But this was something different. Someone different.
Adding a few un-huhs from time to time to keep the man talking, Whitney scanned the area, moving just her eyes. Had Chilton spotted her? Or was this crawling sense of dread a reaction to being identified as the fallen woman who had set Washington on its ear a few months earlier?
“…and then, of course, he’ll move on to the capitol in Helena, where he’s scheduled to give another speech. It’s his last tour of the home state before Election Day.”
A palpable danger hummed in Whitney’s ears, tuning out the rest of the campaign spiel. She turned her head now, openly searching the faces in the crowd, looking for a man in black whose conscienceless eyes promised suffering and death.
She spotted a familiar face. The humming became a deafening roar as the blood pounded in her veins. At the far end of the park, a sun-weathered, sandy-haired man stepped out of the gift shop where she’d bought her soda less than an hour ago.
Daniel Austin.
That unruffled air of cool authority was evident even at this distance. He slipped his tan Stetson onto his head, tipped it to the two ladies that walked past him, then lifted his head with a subtle nod. Whitney turned and followed the direction of his gaze across the busy street.
Court Brody.
Whitney didn’t wait to see if anyone else from the ranch had come to town. They were all here somewhere. Looking for her. Saving her from her own foolishness.
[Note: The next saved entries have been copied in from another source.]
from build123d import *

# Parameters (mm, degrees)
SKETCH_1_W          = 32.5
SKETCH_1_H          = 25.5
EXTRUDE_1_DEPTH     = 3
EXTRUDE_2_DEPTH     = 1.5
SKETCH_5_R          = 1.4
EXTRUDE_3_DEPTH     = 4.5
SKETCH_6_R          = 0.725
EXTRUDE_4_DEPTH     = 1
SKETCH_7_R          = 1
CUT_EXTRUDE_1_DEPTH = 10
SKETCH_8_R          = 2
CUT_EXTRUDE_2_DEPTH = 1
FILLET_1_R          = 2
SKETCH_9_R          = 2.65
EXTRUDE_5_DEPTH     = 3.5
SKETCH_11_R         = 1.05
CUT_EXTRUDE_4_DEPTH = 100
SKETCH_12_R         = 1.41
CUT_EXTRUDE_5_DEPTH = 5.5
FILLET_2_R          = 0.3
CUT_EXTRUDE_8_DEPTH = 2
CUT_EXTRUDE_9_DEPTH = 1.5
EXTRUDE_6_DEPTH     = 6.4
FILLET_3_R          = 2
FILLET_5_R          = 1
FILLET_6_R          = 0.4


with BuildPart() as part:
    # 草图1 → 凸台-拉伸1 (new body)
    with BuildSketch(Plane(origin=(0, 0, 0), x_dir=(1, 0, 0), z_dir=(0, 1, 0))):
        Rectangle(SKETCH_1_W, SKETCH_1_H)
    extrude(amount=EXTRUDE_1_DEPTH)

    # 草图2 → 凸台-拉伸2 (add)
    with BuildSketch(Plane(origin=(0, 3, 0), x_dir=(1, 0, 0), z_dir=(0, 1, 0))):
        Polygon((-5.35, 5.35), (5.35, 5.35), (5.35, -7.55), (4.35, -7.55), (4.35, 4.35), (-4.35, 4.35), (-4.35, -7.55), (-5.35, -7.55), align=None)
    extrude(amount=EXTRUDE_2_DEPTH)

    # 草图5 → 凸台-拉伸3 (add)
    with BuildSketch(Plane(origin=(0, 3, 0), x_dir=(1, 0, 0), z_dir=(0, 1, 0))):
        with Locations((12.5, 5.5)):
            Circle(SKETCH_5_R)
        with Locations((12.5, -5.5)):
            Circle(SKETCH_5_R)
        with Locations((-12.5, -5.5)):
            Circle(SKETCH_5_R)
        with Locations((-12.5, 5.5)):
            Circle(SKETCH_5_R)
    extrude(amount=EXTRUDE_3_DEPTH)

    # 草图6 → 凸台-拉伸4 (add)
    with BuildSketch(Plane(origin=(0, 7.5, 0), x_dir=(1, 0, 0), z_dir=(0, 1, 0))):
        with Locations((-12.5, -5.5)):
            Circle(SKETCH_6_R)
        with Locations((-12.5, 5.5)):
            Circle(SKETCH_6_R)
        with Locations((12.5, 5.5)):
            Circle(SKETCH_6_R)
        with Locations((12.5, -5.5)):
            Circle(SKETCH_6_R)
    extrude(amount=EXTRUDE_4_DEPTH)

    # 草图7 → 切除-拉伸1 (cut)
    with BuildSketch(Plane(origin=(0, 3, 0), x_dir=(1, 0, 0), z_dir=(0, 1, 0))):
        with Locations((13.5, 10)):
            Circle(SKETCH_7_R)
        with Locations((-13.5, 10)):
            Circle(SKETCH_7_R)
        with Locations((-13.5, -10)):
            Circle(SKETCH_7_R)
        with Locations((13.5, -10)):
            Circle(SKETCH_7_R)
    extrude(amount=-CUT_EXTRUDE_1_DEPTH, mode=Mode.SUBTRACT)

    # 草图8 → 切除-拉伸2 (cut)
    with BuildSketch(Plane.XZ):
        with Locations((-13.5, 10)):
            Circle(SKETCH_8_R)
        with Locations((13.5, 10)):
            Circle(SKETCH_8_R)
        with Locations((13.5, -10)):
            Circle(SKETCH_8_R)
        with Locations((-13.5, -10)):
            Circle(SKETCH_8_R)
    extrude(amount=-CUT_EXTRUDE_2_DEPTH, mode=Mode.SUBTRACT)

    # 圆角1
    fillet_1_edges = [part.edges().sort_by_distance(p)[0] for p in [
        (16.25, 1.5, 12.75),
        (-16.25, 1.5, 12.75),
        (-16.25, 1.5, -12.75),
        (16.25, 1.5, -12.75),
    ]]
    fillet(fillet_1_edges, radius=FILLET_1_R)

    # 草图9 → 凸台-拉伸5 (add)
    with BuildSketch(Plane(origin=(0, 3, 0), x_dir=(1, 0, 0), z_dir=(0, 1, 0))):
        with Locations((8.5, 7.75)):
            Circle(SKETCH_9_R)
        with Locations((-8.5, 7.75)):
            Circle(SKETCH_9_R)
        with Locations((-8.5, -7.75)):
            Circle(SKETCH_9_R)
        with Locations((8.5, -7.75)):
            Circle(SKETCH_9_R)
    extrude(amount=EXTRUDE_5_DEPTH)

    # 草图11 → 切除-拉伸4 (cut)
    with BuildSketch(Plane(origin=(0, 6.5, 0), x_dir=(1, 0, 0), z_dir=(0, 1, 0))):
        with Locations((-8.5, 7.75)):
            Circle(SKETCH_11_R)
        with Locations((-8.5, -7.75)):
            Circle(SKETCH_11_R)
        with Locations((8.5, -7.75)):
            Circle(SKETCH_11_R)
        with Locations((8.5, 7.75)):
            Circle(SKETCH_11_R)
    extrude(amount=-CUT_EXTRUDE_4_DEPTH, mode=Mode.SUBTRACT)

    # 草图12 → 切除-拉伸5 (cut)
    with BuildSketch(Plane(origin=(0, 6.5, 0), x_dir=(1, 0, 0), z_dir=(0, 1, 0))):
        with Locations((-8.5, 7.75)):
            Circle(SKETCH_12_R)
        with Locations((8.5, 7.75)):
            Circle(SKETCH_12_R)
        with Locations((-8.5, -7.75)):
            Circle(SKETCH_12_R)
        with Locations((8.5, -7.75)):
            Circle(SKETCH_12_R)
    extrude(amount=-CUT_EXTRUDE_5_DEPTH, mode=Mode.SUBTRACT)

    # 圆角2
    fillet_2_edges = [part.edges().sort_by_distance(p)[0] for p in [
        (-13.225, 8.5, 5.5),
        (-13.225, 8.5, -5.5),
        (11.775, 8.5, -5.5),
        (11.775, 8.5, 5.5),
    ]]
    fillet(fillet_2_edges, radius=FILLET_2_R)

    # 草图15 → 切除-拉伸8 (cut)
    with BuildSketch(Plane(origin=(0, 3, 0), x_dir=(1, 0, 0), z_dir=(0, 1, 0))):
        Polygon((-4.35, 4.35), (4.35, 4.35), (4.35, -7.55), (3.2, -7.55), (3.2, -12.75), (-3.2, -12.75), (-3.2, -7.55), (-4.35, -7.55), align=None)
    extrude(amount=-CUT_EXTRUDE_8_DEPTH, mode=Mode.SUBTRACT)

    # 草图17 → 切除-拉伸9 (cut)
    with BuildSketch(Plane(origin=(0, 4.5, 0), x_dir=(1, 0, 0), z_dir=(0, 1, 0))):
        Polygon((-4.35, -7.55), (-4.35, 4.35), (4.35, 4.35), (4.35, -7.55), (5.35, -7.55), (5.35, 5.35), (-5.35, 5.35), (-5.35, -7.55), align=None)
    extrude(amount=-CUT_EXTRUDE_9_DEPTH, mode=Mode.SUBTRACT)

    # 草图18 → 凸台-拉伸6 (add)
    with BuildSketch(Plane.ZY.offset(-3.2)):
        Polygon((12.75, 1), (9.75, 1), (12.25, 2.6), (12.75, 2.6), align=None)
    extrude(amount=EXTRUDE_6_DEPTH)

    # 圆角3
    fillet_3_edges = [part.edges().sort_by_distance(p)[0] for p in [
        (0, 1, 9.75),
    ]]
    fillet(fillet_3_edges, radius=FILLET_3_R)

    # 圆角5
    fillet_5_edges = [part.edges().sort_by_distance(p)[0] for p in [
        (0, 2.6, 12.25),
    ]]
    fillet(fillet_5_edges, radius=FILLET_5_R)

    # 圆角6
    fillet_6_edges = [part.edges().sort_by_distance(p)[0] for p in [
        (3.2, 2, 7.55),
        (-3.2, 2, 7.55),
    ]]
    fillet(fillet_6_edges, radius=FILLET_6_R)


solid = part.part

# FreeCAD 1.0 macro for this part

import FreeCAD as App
import Part
import Sketcher

V = App.Vector


def edges_at(feature, points):
    """Names of the edges that pass closest to the given points."""
    edges = feature.Shape.Edges
    near = lambda p: min(range(len(edges)), key=lambda i: edges[i].distToShape(Part.Vertex(*p))[0])
    return sorted({f"Edge{near(p) + 1}" for p in points})

doc = App.newDocument("Part")
body = doc.addObject("PartDesign::Body", "Body")

# Sketch on XZ plane
sketch1 = body.newObject("Sketcher::SketchObject", "Sketch")
sketch1.AttachmentSupport = (doc.getObject("XZ_Plane"), [""])
sketch1.MapMode = "FlatFace"
sketch1.addGeometry(Part.LineSegment(V(-16.25, -12.75, 0), V(-16.25, 12.75, 0)), False)
sketch1.addGeometry(Part.LineSegment(V(-16.25, 12.75, 0), V(16.25, 12.75, 0)), False)
sketch1.addGeometry(Part.LineSegment(V(16.25, 12.75, 0), V(16.25, -12.75, 0)), False)
sketch1.addGeometry(Part.LineSegment(V(16.25, -12.75, 0), V(-16.25, -12.75, 0)), False)
sketch1.addConstraint(Sketcher.Constraint("Coincident", 0, 2, 1, 1))
sketch1.addConstraint(Sketcher.Constraint("Coincident", 1, 2, 2, 1))
sketch1.addConstraint(Sketcher.Constraint("Coincident", 2, 2, 3, 1))
sketch1.addConstraint(Sketcher.Constraint("Coincident", 3, 2, 0, 1))
sketch1.addConstraint(Sketcher.Constraint("Vertical", 0))
sketch1.addConstraint(Sketcher.Constraint("Horizontal", 1))
sketch1.addConstraint(Sketcher.Constraint("Vertical", 2))
sketch1.addConstraint(Sketcher.Constraint("Horizontal", 3))
sketch1.addConstraint(Sketcher.Constraint("Symmetric", 0, 2, 2, 2, -1, 1))
sketch1.addConstraint(Sketcher.Constraint("DistanceX", 1, 1, 1, 2, 32.5))
sketch1.addConstraint(Sketcher.Constraint("DistanceY", 0, 1, 0, 2, 25.5))
pad1 = body.newObject("PartDesign::Pad", "Pad")
pad1.Profile = sketch1
pad1.Length = 3
pad1.Reversed = True

# Sketch on XZ plane
sketch2 = body.newObject("Sketcher::SketchObject", "Sketch001")
sketch2.AttachmentSupport = (doc.getObject("XZ_Plane"), [""])
sketch2.MapMode = "FlatFace"
sketch2.AttachmentOffset = App.Placement(V(0, 0, -3), App.Rotation())
sketch2.addGeometry(Part.LineSegment(V(5.35, -5.35, 0), V(-5.35, -5.35, 0)), False)
sketch2.addGeometry(Part.LineSegment(V(-5.35, -5.35, 0), V(-5.35, 7.55, 0)), False)
sketch2.addGeometry(Part.LineSegment(V(-5.35, 7.55, 0), V(-4.35, 7.55, 0)), False)
sketch2.addGeometry(Part.LineSegment(V(-4.35, 7.55, 0), V(-4.35, -4.35, 0)), False)
sketch2.addGeometry(Part.LineSegment(V(-4.35, -4.35, 0), V(4.35, -4.35, 0)), False)
sketch2.addGeometry(Part.LineSegment(V(4.35, -4.35, 0), V(4.35, 7.55, 0)), False)
sketch2.addGeometry(Part.LineSegment(V(4.35, 7.55, 0), V(5.35, 7.55, 0)), False)
sketch2.addGeometry(Part.LineSegment(V(5.35, 7.55, 0), V(5.35, -5.35, 0)), False)
sketch2.addConstraint(Sketcher.Constraint("Coincident", 0, 2, 1, 1))
sketch2.addConstraint(Sketcher.Constraint("Coincident", 1, 2, 2, 1))
sketch2.addConstraint(Sketcher.Constraint("Coincident", 2, 2, 3, 1))
sketch2.addConstraint(Sketcher.Constraint("Coincident", 3, 2, 4, 1))
sketch2.addConstraint(Sketcher.Constraint("Coincident", 4, 2, 5, 1))
sketch2.addConstraint(Sketcher.Constraint("Coincident", 5, 2, 6, 1))
sketch2.addConstraint(Sketcher.Constraint("Coincident", 6, 2, 7, 1))
sketch2.addConstraint(Sketcher.Constraint("Coincident", 7, 2, 0, 1))
sketch2.addConstraint(Sketcher.Constraint("Horizontal", 0))
sketch2.addConstraint(Sketcher.Constraint("Vertical", 1))
sketch2.addConstraint(Sketcher.Constraint("Horizontal", 2))
sketch2.addConstraint(Sketcher.Constraint("Vertical", 3))
sketch2.addConstraint(Sketcher.Constraint("Horizontal", 4))
sketch2.addConstraint(Sketcher.Constraint("Vertical", 5))
sketch2.addConstraint(Sketcher.Constraint("Horizontal", 6))
sketch2.addConstraint(Sketcher.Constraint("Vertical", 7))
sketch2.addConstraint(Sketcher.Constraint("Symmetric", 2, 2, 5, 2, -2))
sketch2.addConstraint(Sketcher.Constraint("Equal", 2, 6))
sketch2.addConstraint(Sketcher.Constraint("DistanceX", 2, 1, 2, 2, 1.0))
sketch2.addConstraint(Sketcher.Constraint("DistanceX", 0, 2, 0, 1, 10.7))
sketch2.addConstraint(Sketcher.Constraint("DistanceY", 1, 1, 1, 2, 12.9))
sketch2.addConstraint(Sketcher.Constraint("DistanceY", 3, 2, 3, 1, 11.9))
sketch2.addConstraint(Sketcher.Constraint("DistanceY", 0, 2, -1, 1, 5.35))
pad2 = body.newObject("PartDesign::Pad", "Pad001")
pad2.Profile = sketch2
pad2.Length = 1.5
pad2.Reversed = True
She spun completely around. They hadn’t spotted her yet. She breathed in through her nose and out through her mouth, calming herself, weighing her options, making a plan.
“Miss MacNair?”
She tapped the young man on the arm, calming his concern. “If you’ll excuse me, I have to go.”
“Take some brochures.”
She grabbed the handful he gave her and fanned one open. Burying her face behind it, she walked back toward the benches, away from Daniel. The speed of her pace created a breeze that lifted her hair and blew it around her shoulders.
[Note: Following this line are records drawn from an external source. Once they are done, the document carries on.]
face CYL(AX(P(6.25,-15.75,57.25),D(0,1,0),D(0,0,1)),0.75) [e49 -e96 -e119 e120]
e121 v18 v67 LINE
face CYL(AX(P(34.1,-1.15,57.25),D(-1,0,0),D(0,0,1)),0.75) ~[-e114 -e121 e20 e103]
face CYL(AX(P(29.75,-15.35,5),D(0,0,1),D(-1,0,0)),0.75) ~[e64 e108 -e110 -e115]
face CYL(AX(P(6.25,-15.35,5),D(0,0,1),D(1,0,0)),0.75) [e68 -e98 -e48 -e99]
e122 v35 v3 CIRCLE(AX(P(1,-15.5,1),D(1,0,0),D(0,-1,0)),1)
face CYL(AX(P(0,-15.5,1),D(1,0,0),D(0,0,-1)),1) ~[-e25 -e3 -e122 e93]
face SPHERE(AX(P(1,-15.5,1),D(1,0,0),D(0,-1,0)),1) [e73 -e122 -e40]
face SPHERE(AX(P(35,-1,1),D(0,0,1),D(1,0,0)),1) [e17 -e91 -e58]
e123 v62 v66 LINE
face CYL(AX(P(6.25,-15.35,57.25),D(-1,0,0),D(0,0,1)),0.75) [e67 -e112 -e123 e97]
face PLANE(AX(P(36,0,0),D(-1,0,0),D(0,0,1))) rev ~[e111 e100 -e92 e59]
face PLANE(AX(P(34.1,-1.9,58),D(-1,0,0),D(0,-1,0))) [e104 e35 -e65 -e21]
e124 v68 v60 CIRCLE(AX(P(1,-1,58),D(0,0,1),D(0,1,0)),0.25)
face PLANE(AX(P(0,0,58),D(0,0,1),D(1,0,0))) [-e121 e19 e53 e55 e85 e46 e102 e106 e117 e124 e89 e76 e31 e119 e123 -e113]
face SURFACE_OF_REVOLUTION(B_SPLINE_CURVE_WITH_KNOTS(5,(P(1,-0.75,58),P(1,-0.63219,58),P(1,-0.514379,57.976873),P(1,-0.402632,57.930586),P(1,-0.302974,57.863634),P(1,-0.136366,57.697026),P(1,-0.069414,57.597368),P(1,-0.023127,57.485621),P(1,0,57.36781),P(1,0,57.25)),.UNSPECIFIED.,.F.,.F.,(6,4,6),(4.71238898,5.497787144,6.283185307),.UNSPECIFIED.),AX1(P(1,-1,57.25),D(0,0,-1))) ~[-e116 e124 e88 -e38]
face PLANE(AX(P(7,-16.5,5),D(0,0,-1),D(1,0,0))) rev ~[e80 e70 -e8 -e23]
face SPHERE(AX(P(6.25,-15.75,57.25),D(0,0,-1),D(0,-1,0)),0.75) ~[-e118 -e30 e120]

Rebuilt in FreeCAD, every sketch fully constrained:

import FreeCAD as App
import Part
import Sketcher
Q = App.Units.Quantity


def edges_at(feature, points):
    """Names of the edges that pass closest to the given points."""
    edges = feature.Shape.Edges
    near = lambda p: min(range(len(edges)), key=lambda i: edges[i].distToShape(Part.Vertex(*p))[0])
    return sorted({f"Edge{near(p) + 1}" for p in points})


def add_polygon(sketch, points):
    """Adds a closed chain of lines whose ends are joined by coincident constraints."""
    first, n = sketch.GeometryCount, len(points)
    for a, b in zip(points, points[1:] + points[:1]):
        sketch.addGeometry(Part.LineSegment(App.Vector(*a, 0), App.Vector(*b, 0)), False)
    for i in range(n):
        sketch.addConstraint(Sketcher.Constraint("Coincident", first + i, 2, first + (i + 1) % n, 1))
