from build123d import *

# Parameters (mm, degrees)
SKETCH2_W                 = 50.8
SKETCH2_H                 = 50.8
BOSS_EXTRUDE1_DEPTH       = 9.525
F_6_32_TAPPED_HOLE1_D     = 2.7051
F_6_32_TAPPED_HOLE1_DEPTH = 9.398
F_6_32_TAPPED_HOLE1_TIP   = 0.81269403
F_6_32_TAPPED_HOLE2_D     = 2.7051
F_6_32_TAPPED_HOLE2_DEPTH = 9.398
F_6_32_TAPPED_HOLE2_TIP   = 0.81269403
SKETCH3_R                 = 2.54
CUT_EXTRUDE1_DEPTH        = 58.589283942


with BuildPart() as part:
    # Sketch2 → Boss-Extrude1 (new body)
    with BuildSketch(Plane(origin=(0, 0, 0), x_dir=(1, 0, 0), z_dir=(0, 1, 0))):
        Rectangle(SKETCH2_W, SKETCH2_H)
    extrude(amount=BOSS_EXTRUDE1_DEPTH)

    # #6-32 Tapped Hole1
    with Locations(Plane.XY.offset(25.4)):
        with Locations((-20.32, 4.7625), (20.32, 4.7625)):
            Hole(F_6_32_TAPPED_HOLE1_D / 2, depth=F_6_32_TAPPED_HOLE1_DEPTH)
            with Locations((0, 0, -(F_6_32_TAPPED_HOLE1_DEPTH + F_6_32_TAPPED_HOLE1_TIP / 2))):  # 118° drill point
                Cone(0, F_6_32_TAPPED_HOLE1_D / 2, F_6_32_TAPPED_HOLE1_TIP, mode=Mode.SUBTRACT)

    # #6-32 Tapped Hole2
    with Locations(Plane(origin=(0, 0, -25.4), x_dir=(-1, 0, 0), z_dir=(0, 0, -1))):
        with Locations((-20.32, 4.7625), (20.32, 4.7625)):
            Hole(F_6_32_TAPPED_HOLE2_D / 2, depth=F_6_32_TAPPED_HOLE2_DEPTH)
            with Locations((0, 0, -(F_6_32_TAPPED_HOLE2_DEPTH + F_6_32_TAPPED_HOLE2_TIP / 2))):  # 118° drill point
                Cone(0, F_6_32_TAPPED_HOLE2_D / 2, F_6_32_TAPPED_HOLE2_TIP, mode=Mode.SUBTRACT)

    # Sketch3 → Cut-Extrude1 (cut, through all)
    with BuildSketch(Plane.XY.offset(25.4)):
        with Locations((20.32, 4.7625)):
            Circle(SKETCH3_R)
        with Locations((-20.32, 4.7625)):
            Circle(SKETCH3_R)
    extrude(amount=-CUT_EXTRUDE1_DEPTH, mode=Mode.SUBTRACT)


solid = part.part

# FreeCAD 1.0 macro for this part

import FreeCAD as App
import Part
import Sketcher
from FreeCAD import Vector
Q = App.Units.Quantity

doc = App.newDocument("Part")
params = doc.addObject("Spreadsheet::Sheet", "Params")
for row, (alias, value) in enumerate([
    ("sketch1_width", "2 in"),
    ("pad1_length", "0.375 in"),
    ("hole_diameter", "0.1065 in"),
    ("hole_depth", "0.37 in"),
    ("hole2_diameter", "0.1065 in"),
    ("hole2_depth", "0.37 in"),
    ("sketch4_diameter", "0.2 in"),
], start=1):
    params.set(f"A{row}", alias)
    params.set(f"B{row}", "=" + value)
    params.setAlias(f"B{row}", alias)

body = doc.addObject("PartDesign::Body", "Body")

sketch1 = body.newObject("Sketcher::SketchObject", "Sketch")
sketch1.AttachmentSupport = (doc.getObject("XZ_Plane"), [""])
sketch1.MapMode = "FlatFace"
sketch1.addGeometry([
    Part.LineSegment(Vector(-25.4, -25.4, 0), Vector(-25.4, 25.4, 0)),
    Part.LineSegment(Vector(-25.4, 25.4, 0), Vector(25.4, 25.4, 0)),
    Part.LineSegment(Vector(25.4, 25.4, 0), Vector(25.4, -25.4, 0)),
    Part.LineSegment(Vector(25.4, -25.4, 0), Vector(-25.4, -25.4, 0)),
], False)
sketch1.addConstraint([
    Sketcher.Constraint("Coincident", 0, 2, 1, 1),
    Sketcher.Constraint("Coincident", 1, 2, 2, 1),
    Sketcher.Constraint("Coincident", 2, 2, 3, 1),
    Sketcher.Constraint("Coincident", 3, 2, 0, 1),
    Sketcher.Constraint("Vertical", 0),
    Sketcher.Constraint("Horizontal", 1),
    Sketcher.Constraint("Vertical", 2),
    Sketcher.Constraint("Horizontal", 3),
    Sketcher.Constraint("Symmetric", 0, 2, 2, 2, -1, 1),
    Sketcher.Constraint("Equal", 3, 0),
    Sketcher.Constraint("DistanceX", 1, 1, 1, 2, Q("2 in")),
])
sketch1.setExpression("Constraints[10]", "Params.sketch1_width")
pad1 = body.newObject("PartDesign::Pad", "Pad")
pad1.Profile = sketch1
pad1.setExpression("Length", "Params.pad1_length")
pad1.Reversed = True

sketch2 = body.newObject("Sketcher::SketchObject", "Sketch001")
sketch2.AttachmentSupport = (doc.getObject("XY_Plane"), [""])
sketch2.MapMode = "FlatFace"
sketch2.AttachmentOffset = App.Placement(Vector(0, 0, 1 * 25.4), App.Rotation())
sketch2.addGeometry([
    Part.Circle(Vector(-20.32, 4.7625, 0), Vector(0, 0, 1), 1.35255),
    Part.Circle(Vector(20.32, 4.7625, 0), Vector(0, 0, 1), 1.35255),
], False)
sketch2.addConstraint([
    Sketcher.Constraint("Equal", 0, 1),
    Sketcher.Constraint("Symmetric", 0, 3, 1, 3, -2),
    Sketcher.Constraint("Diameter", 0, Q("0.1065 in")),
    Sketcher.Constraint("DistanceX", 0, 3, -1, 1, Q("0.8 in")),
    Sketcher.Constraint("DistanceY", -1, 1, 0, 3, Q("0.1875 in")),
])
doc.recompute()
hole = body.newObject("PartDesign::Hole", "Hole")
hole.Profile = sketch2
hole.ThreadType = "None"
hole.setExpression("Diameter", "Params.hole_diameter")
hole.DepthType = "Dimension"
hole.setExpression("Depth", "Params.hole_depth")
hole.DrillPoint = "Angled"
hole.DrillPointAngle = 118

sketch3 = body.newObject("Sketcher::SketchObject", "Sketch002")
sketch3.AttachmentSupport = (doc.getObject("XY_Plane"), [""])
sketch3.MapMode = "FlatFace"
sketch3.AttachmentOffset = App.Placement(Vector(0, 0, -1 * 25.4), App.Rotation())
sketch3.addGeometry([
    Part.Circle(Vector(20.32, 4.7625, 0), Vector(0, 0, 1), 1.35255),
    Part.Circle(Vector(-20.32, 4.7625, 0), Vector(0, 0, 1), 1.35255),
], False)
sketch3.addConstraint([
    Sketcher.Constraint("Equal", 0, 1),
    Sketcher.Constraint("Symmetric", 0, 3, 1, 3, -2),
    Sketcher.Constraint("Diameter", 0, Q("0.1065 in")),
    Sketcher.Constraint("DistanceX", -1, 1, 0, 3, Q("0.8 in")),
    Sketcher.Constraint("DistanceY", -1, 1, 0, 3, Q("0.1875 in")),
])
doc.recompute()
hole2 = body.newObject("PartDesign::Hole", "Hole001")
hole2.Profile = sketch3
hole2.ThreadType = "None"
hole2.setExpression("Diameter", "Params.hole2_diameter")
hole2.DepthType = "Dimension"
hole2.setExpression("Depth", "Params.hole2_depth")
hole2.DrillPoint = "Angled"
hole2.DrillPointAngle = 118
hole2.Reversed = True

sketch4 = body.newObject("Sketcher::SketchObject", "Sketch003")
sketch4.AttachmentSupport = (doc.getObject("XY_Plane"), [""])
sketch4.MapMode = "FlatFace"
sketch4.AttachmentOffset = App.Placement(Vector(0, 0, 1 * 25.4), App.Rotation())
sketch4.addGeometry([
    Part.Circle(Vector(20.32, 4.7625, 0), Vector(0, 0, 1), 2.54),
    Part.Circle(Vector(-20.32, 4.7625, 0), Vector(0, 0, 1), 2.54),
], False)
sketch4.addConstraint([
    Sketcher.Constraint("Equal", 0, 1),
    Sketcher.Constraint("Symmetric", 0, 3, 1, 3, -2),
    Sketcher.Constraint("Diameter", 0, Q("0.2 in")),
    Sketcher.Constraint("DistanceX", -1, 1, 0, 3, Q("0.8 in")),
    Sketcher.Constraint("DistanceY", -1, 1, 0, 3, Q("0.1875 in")),
])
sketch4.setExpression("Constraints[2]", "Params.sketch4_diameter")
pocket1 = body.newObject("PartDesign::Pocket", "Pocket")
pocket1.Profile = sketch4
pocket1.Type = "ThroughAll"

doc.recompute()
“Damn.” The brochures flew from her hands as she grabbed for her hair. Subtle. “Double damn.”
She remembered Vincent’s insistence on her wearing that itchy black cap on the mountain. Her hair was like a red flag to a bull, he’d explained. She had to hide it if she didn’t want to be noticed.
Right now she didn’t want to be noticed.
Beating down the urge to run, Whitney ducked into the next tent. Indian blankets. Throw rugs.
Scarves.
She pointed to a three-foot square of lightweight, mustard-colored wool. “This is lovely. How much?”
She paid the inflated price and wrapped the scarf around her head, tying it tight beneath her chin and pulling it around her face to mask the style and color of her hair.
Hunching her shoulders, she zipped from tent to tent, making her way toward her Explorer and the sunglasses she kept in the console between the two front seats. She couldn’t drive away with Daniel and Court so near, but she might be able to sneak inside for the glasses to complete her disguise.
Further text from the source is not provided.